Dr. Tashkin is the recipient of the 1999 American Lung Association Trudeau Award for many years of outstanding and dedicated service promoting pulmonary medicine, the American Lung Association of California’s 2003 California Medal for meritorious service in the campaign against lung disease and the 2010-2011 Dickson UCLA Emeritus Professorship Award.
Habitual marijuana smoking has been shown to impair the lung’s defense against infection (Tashkin Ann ATS 2015), implying that it might increase pneumonia risk. A few older epidemiologic studies support this possibility, but conflicting findings have been reported. HIV seropositive individuals are at particularly high risk of developing opportunistic infections, including pneumonia. We therefore examined whether marijuana increases the risk for pneumonia in participants in the Multicenter AIDS Cohort Study (MACS), an ongoing prospective study of men who have sex with men (MSM) regarding the natural history of HIV infection.

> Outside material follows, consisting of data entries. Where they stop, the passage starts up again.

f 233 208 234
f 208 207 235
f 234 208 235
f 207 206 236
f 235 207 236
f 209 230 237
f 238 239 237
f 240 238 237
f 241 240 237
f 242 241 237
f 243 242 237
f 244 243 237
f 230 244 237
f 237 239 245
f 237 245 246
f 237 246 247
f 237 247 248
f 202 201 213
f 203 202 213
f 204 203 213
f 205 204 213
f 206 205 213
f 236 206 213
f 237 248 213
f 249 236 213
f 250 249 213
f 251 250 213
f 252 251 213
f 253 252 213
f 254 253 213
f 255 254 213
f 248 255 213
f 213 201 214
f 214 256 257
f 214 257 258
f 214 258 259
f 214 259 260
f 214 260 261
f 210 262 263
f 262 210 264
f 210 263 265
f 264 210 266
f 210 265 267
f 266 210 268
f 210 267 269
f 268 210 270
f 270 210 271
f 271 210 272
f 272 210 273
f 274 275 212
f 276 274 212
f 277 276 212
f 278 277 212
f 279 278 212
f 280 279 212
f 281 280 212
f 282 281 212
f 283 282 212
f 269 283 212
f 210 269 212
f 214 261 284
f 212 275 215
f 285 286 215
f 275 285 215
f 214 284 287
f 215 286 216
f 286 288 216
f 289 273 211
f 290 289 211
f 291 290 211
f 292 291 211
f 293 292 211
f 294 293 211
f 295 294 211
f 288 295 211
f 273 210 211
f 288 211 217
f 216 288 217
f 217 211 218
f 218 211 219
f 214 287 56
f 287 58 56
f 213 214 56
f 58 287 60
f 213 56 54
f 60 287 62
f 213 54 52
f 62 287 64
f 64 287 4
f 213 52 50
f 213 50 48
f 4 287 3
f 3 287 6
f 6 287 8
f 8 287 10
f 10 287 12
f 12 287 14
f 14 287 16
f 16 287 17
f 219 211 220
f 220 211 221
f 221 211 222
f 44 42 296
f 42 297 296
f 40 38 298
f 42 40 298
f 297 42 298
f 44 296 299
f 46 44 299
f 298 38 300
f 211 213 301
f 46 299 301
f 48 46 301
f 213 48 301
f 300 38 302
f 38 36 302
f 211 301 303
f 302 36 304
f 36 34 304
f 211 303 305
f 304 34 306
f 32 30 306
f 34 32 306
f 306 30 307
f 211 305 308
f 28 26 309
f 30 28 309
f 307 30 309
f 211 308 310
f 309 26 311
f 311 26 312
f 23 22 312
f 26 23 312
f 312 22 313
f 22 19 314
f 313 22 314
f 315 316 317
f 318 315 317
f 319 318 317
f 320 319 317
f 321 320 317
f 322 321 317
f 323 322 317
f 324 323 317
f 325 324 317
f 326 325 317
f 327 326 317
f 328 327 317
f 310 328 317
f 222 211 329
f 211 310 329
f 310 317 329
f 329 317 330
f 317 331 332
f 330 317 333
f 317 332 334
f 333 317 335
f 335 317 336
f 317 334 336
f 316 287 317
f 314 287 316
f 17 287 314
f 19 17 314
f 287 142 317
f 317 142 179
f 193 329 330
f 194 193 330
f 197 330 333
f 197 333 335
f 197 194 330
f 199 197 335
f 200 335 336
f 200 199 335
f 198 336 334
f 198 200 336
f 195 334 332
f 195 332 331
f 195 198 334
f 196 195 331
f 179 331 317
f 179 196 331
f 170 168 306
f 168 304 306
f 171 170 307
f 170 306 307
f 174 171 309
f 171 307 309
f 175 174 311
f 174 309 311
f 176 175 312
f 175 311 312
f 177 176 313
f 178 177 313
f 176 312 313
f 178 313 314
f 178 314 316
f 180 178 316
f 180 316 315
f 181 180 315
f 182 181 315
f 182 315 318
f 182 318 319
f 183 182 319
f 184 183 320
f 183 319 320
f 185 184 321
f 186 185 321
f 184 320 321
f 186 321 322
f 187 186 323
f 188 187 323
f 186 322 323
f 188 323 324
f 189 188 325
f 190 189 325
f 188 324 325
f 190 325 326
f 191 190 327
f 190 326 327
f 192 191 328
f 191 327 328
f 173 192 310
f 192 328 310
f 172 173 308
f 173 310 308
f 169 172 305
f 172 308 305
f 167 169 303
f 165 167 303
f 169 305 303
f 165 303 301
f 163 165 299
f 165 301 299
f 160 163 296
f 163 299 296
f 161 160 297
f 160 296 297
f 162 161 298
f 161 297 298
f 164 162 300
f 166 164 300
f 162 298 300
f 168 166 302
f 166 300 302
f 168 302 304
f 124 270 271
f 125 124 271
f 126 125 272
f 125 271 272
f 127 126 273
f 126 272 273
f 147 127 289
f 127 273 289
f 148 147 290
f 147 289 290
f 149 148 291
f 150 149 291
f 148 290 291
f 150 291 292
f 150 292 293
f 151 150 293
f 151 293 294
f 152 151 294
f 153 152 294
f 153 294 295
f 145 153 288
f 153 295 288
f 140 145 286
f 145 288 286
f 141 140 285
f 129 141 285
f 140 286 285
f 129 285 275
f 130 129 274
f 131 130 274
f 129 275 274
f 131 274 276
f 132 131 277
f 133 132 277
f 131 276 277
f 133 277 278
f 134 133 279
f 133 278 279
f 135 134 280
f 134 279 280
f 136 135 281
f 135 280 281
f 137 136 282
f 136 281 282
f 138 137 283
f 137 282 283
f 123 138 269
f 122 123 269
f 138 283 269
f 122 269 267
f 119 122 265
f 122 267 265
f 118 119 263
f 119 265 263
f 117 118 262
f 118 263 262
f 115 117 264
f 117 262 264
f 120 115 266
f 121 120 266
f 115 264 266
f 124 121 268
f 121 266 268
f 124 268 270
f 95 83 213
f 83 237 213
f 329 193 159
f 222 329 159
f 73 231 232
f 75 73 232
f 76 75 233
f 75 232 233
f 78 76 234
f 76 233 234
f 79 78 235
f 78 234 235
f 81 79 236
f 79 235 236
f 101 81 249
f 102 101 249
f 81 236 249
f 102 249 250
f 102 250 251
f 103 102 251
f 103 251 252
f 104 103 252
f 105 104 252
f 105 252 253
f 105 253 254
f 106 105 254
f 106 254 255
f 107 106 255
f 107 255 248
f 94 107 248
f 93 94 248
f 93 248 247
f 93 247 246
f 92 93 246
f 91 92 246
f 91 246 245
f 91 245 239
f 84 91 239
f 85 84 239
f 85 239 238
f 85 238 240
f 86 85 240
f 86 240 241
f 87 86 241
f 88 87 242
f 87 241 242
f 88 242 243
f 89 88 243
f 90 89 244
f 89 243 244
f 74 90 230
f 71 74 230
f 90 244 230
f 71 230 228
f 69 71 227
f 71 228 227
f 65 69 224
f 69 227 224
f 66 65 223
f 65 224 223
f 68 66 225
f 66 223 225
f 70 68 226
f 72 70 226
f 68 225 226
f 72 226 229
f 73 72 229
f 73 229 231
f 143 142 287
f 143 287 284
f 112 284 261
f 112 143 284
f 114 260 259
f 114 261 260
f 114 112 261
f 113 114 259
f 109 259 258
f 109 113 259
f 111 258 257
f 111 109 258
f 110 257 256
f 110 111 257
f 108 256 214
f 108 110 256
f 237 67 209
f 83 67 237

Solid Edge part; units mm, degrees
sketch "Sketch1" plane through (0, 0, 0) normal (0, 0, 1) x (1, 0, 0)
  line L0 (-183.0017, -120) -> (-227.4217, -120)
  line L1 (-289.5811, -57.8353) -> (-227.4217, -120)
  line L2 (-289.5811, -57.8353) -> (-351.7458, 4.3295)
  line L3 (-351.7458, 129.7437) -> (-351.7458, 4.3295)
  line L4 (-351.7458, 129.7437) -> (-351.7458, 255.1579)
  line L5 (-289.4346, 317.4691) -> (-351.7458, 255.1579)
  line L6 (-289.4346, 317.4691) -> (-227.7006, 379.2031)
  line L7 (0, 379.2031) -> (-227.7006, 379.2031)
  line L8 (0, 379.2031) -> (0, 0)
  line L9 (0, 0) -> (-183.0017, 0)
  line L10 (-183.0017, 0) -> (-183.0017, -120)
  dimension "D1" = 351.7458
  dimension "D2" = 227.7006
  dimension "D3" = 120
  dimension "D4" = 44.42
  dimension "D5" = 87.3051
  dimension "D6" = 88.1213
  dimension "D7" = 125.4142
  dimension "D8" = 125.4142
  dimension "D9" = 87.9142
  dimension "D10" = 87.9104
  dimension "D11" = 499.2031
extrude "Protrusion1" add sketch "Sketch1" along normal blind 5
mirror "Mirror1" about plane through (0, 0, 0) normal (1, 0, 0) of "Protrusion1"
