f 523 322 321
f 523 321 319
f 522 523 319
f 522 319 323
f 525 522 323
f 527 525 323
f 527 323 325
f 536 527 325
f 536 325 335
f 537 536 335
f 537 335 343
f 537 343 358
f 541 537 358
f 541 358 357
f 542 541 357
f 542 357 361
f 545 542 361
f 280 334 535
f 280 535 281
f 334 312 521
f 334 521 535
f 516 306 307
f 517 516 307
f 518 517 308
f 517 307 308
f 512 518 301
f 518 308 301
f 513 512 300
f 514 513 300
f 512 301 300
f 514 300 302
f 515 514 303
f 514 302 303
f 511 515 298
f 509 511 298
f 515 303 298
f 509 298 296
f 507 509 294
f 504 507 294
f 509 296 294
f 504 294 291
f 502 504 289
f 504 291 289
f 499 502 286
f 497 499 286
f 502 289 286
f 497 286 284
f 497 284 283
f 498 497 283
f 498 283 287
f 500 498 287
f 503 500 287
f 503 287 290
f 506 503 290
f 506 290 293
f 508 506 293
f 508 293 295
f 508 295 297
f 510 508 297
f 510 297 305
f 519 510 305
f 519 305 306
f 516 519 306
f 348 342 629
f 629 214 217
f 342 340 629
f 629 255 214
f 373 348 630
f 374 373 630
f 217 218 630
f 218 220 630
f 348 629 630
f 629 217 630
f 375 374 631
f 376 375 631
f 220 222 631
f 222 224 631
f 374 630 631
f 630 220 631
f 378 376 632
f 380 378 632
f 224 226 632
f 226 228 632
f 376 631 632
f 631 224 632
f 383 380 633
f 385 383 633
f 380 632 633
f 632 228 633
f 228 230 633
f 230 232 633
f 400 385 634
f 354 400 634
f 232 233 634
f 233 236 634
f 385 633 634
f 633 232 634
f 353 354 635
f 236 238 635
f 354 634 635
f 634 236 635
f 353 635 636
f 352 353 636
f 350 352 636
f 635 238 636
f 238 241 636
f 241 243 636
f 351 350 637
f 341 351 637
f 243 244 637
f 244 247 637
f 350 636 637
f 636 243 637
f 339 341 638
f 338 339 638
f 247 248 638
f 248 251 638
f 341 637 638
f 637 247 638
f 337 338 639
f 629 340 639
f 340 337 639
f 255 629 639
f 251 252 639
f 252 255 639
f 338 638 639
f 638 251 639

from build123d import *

We examined data from the MACS, initiated in 1983. Participants could be HIV- (n=3,412) or HIV+ (n=3,675) at baseline, but an AIDS-defining illness was exclusionary. Participants were censored upon the date of pneumonia diagnosis, first AIDS-defining illness, death, loss-to-follow-up or study end date (12/31/13), whichever occurred first. The available study population comprised 6,111 (after excluding 706 seroconverters). We separately analyzed the 3278 and 2833 who were persistently HIV- and HIV+, respectively. Occurrence of any pneumonia, including community-acquired pneumonia and pneumocystis carinii pneumonia (PCP), was captured at semi-annual visits per protocol and confirmed by chest X-ray. Marijuana use and other covariates were measured biannually (twice-yearly) by in-person questionnaire. Frequency of marijuana use over the previous 6 months was categorized as daily, at least one/week or one/month, <one/month or never. We defined time of pneumonia from the date of current visit and assessed marijuana use and all other relevant exposures from information at the prior visit. We examined the following potential covariates: age, race/ethnicity, study site, PCP prophylaxis, pneumonia vaccination, tobacco smoking, use of other illicit substances, injection drug use, education, use of antiretroviral therapy, alcohol use, viral load, CD4 cell count, and hepatitis C infection. We used a cox proportional hazards model to estimate the hazard ratio for pneumonias (non-PCP and PCP separately) by marijuana use, adjusting for important covariates identified in prior bivariate analyses; further dose-response analyses were performed.
In multi-variate analysis, point estimates (95% CI) for marijuana smoking as an independent risk factor for non-PCP were 0.77 (0.057,1.04) and 0.964 (0.759,1.27) among persistently HIV- and HIV+ participants, respectively, and for PCP was 1.07 (0.89,1.30) among HIV+ participants. In further analyses, no evidence of a dose-response effect of marijuana on pneumonia risk was found.
These findings do not support an increase in risk of pneumonia among either HIV- or HIV+ men for any level of marijuana use.